● **Data records**
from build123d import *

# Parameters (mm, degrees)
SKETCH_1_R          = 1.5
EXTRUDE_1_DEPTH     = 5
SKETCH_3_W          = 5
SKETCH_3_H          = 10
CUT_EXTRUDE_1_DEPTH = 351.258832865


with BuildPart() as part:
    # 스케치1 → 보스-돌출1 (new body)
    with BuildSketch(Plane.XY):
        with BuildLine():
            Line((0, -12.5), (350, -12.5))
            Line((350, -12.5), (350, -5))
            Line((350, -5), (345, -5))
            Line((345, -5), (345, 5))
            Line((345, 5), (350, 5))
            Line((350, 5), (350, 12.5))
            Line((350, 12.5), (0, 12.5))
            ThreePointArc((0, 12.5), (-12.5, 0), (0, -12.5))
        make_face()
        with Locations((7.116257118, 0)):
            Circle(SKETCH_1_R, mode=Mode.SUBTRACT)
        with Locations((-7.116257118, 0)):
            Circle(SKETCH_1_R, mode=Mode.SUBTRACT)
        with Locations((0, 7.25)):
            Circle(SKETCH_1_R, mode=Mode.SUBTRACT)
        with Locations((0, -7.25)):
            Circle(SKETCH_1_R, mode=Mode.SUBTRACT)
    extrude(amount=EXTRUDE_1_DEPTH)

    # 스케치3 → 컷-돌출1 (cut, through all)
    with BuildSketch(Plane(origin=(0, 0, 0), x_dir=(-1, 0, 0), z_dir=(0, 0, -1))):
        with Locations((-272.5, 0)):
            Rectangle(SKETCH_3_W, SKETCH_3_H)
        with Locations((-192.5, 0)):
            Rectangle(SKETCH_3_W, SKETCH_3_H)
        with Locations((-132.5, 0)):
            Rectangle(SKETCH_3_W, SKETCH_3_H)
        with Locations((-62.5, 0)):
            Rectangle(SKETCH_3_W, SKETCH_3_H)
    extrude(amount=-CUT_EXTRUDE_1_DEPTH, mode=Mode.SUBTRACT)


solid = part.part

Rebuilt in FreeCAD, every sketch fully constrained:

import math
import FreeCAD as App
import Part
import Sketcher
from FreeCAD import Vector
Q = App.Units.Quantity


def add_polygon(sketch, points):
    """Adds a closed chain of lines whose ends are joined by coincident constraints."""
    first, n = sketch.GeometryCount, len(points)
    for a, b in zip(points, points[1:] + points[:1]):
        sketch.addGeometry(Part.LineSegment(App.Vector(*a, 0), App.Vector(*b, 0)), False)
    for i in range(n):
        sketch.addConstraint(Sketcher.Constraint("Coincident", first + i, 2, first + (i + 1) % n, 1))

doc = App.newDocument("Part")
body = doc.addObject("PartDesign::Body", "Body")

# Sketch on XY plane
sketch1 = doc.addObject("Sketcher::SketchObject", "Sketch")
body.addObject(sketch1)
sketch1.AttachmentSupport = (doc.XY_Plane, [""])
sketch1.MapMode = "FlatFace"
sketch1.addGeometry([
    Part.LineSegment(Vector(0, -12.5, 0), Vector(350, -12.5, 0)),  # 0
    Part.LineSegment(Vector(350, -12.5, 0), Vector(350, -5, 0)),  # 1
    Part.LineSegment(Vector(350, -5, 0), Vector(345, -5, 0)),  # 2
    Part.LineSegment(Vector(345, -5, 0), Vector(345, 5, 0)),  # 3
    Part.LineSegment(Vector(345, 5, 0), Vector(350, 5, 0)),  # 4
    Part.LineSegment(Vector(350, 5, 0), Vector(350, 12.5, 0)),  # 5
    Part.LineSegment(Vector(350, 12.5, 0), Vector(0, 12.5, 0)),  # 6
    Part.ArcOfCircle(Part.Circle(Vector(0, 0, 0), Vector(0, 0, 1), 12.5), math.radians(90), math.radians(270)),  # 7
    Part.Circle(Vector(0, -7.25, 0), Vector(0, 0, 1), 1.5),  # 8
    Part.Circle(Vector(-7.116257, 0, 0), Vector(0, 0, 1), 1.5),  # 9
    Part.Circle(Vector(7.116257, 0, 0), Vector(0, 0, 1), 1.5),  # 10
    Part.Circle(Vector(0, 7.25, 0), Vector(0, 0, 1), 1.5),  # 11
], False)
sketch1.addConstraint([
    Sketcher.Constraint("Coincident", 0, 2, 1, 1),
    Sketcher.Constraint("Coincident", 1, 2, 2, 1),
    Sketcher.Constraint("Coincident", 2, 2, 3, 1),
    Sketcher.Constraint("Coincident", 3, 2, 4, 1),
    Sketcher.Constraint("Coincident", 4, 2, 5, 1),
    Sketcher.Constraint("Coincident", 5, 2, 6, 1),
    Sketcher.Constraint("Tangent", 6, 2, 7, 1),
    Sketcher.Constraint("Tangent", 7, 2, 0, 1),
    Sketcher.Constraint("Horizontal", 0),
    Sketcher.Constraint("Vertical", 1),
    Sketcher.Constraint("Horizontal", 2),
    Sketcher.Constraint("Vertical", 3),
    Sketcher.Constraint("Horizontal", 4),
    Sketcher.Constraint("Vertical", 5),
    Sketcher.Constraint("Horizontal", 6),
    Sketcher.Constraint("Coincident", 7, 3, -1, 1),
    Sketcher.Constraint("Equal", 8, 9),
    Sketcher.Constraint("Equal", 9, 10),
    Sketcher.Constraint("Equal", 10, 11),
    Sketcher.Constraint("Symmetric", 9, 3, 10, 3, -1, 1),
    Sketcher.Constraint("Symmetric", 8, 3, 11, 3, -1, 1),
    Sketcher.Constraint("Symmetric", 1, 2, 4, 2, -1),
    Sketcher.Constraint("PointOnObject", 8, 3, -2),
    Sketcher.Constraint("PointOnObject", 9, 3, -1),
    Sketcher.Constraint("Diameter", 8, Q("3 mm")),
    Sketcher.Constraint("Radius", 7, Q("12.5 mm")),
    Sketcher.Constraint("DistanceX", 0, 1, 0, 2, Q("350 mm")),
    Sketcher.Constraint("DistanceX", 2, 2, 2, 1, Q("5 mm")),
    Sketcher.Constraint("DistanceY", 3, 1, 3, 2, Q("10 mm")),
    Sketcher.Constraint("DistanceY", 8, 3, 11, 3, Q("14.5 mm")),
    Sketcher.Constraint("DistanceX", 9, 3, -1, 1, Q("7.116257 mm")),
])
pad1 = doc.addObject("PartDesign::Pad", "Pad")
body.addObject(pad1)
pad1.Profile = sketch1
pad1.Length = 5

# Sketch on XY plane
sketch2 = doc.addObject("Sketcher::SketchObject", "Sketch001")
body.addObject(sketch2)
sketch2.AttachmentSupport = (doc.XY_Plane, [""])
sketch2.MapMode = "FlatFace"
add_polygon(sketch2, [(275, 5), (275, -5), (270, -5), (270, 5)])  # lines 0-3
add_polygon(sketch2, [(195, 5), (195, -5), (190, -5), (190, 5)])  # lines 4-7
add_polygon(sketch2, [(135, 5), (135, -5), (130, -5), (130, 5)])  # lines 8-11
add_polygon(sketch2, [(65, 5), (65, -5), (60, -5), (60, 5)])  # lines 12-15
sketch2.addConstraint([
    Sketcher.Constraint("Vertical", 0),
    Sketcher.Constraint("Horizontal", 1),
    Sketcher.Constraint("Vertical", 2),
    Sketcher.Constraint("Horizontal", 3),
    Sketcher.Constraint("Vertical", 4),
    Sketcher.Constraint("Horizontal", 5),
    Sketcher.Constraint("Vertical", 6),
    Sketcher.Constraint("Horizontal", 7),
    Sketcher.Constraint("Vertical", 8),
    Sketcher.Constraint("Horizontal", 9),
    Sketcher.Constraint("Vertical", 10),
    Sketcher.Constraint("Horizontal", 11),
    Sketcher.Constraint("Vertical", 12),
    Sketcher.Constraint("Horizontal", 13),
    Sketcher.Constraint("Vertical", 14),
    Sketcher.Constraint("Horizontal", 15),
    Sketcher.Constraint("Horizontal", 1, 2, 4, 2),
    Sketcher.Constraint("Horizontal", 3, 2, 6, 2),
    Sketcher.Constraint("Horizontal", 5, 2, 8, 2),
    Sketcher.Constraint("Horizontal", 7, 2, 10, 2),
    Sketcher.Constraint("Horizontal", 9, 2, 12, 2),
    Sketcher.Constraint("Horizontal", 11, 2, 14, 2),
    Sketcher.Constraint("Equal", 3, 5),
    Sketcher.Constraint("Equal", 7, 9),
    Sketcher.Constraint("Equal", 11, 13),
    Sketcher.Constraint("DistanceX", 1, 2, 1, 1, Q("5 mm")),
    Sketcher.Constraint("DistanceY", 0, 2, 0, 1, Q("10 mm")),
    Sketcher.Constraint("DistanceX", -1, 1, 0, 2, Q("275 mm")),
    Sketcher.Constraint("DistanceY", 0, 2, -1, 1, Q("5 mm")),
    Sketcher.Constraint("DistanceX", -1, 1, 4, 2, Q("195 mm")),
    Sketcher.Constraint("DistanceX", -1, 1, 8, 2, Q("135 mm")),
    Sketcher.Constraint("DistanceX", -1, 1, 12, 2, Q("65 mm")),
])
pocket1 = doc.addObject("PartDesign::Pocket", "Pocket")
body.addObject(pocket1)
pocket1.Profile = sketch2
pocket1.Type = "ThroughAll"
pocket1.Reversed = True

doc.recompute()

● **What is being asked**
Please reproduce exactly the lines from the first one of the records above through the line containing "# 스케치1 → 보스-돌출1 (new body)", both included, and nothing else.

● **Output for this task**
from build123d import *

# Parameters (mm, degrees)
SKETCH_1_R          = 1.5
EXTRUDE_1_DEPTH     = 5
SKETCH_3_W          = 5
SKETCH_3_H          = 10
CUT_EXTRUDE_1_DEPTH = 351.258832865


with BuildPart() as part:
    # 스케치1 → 보스-돌출1 (new body)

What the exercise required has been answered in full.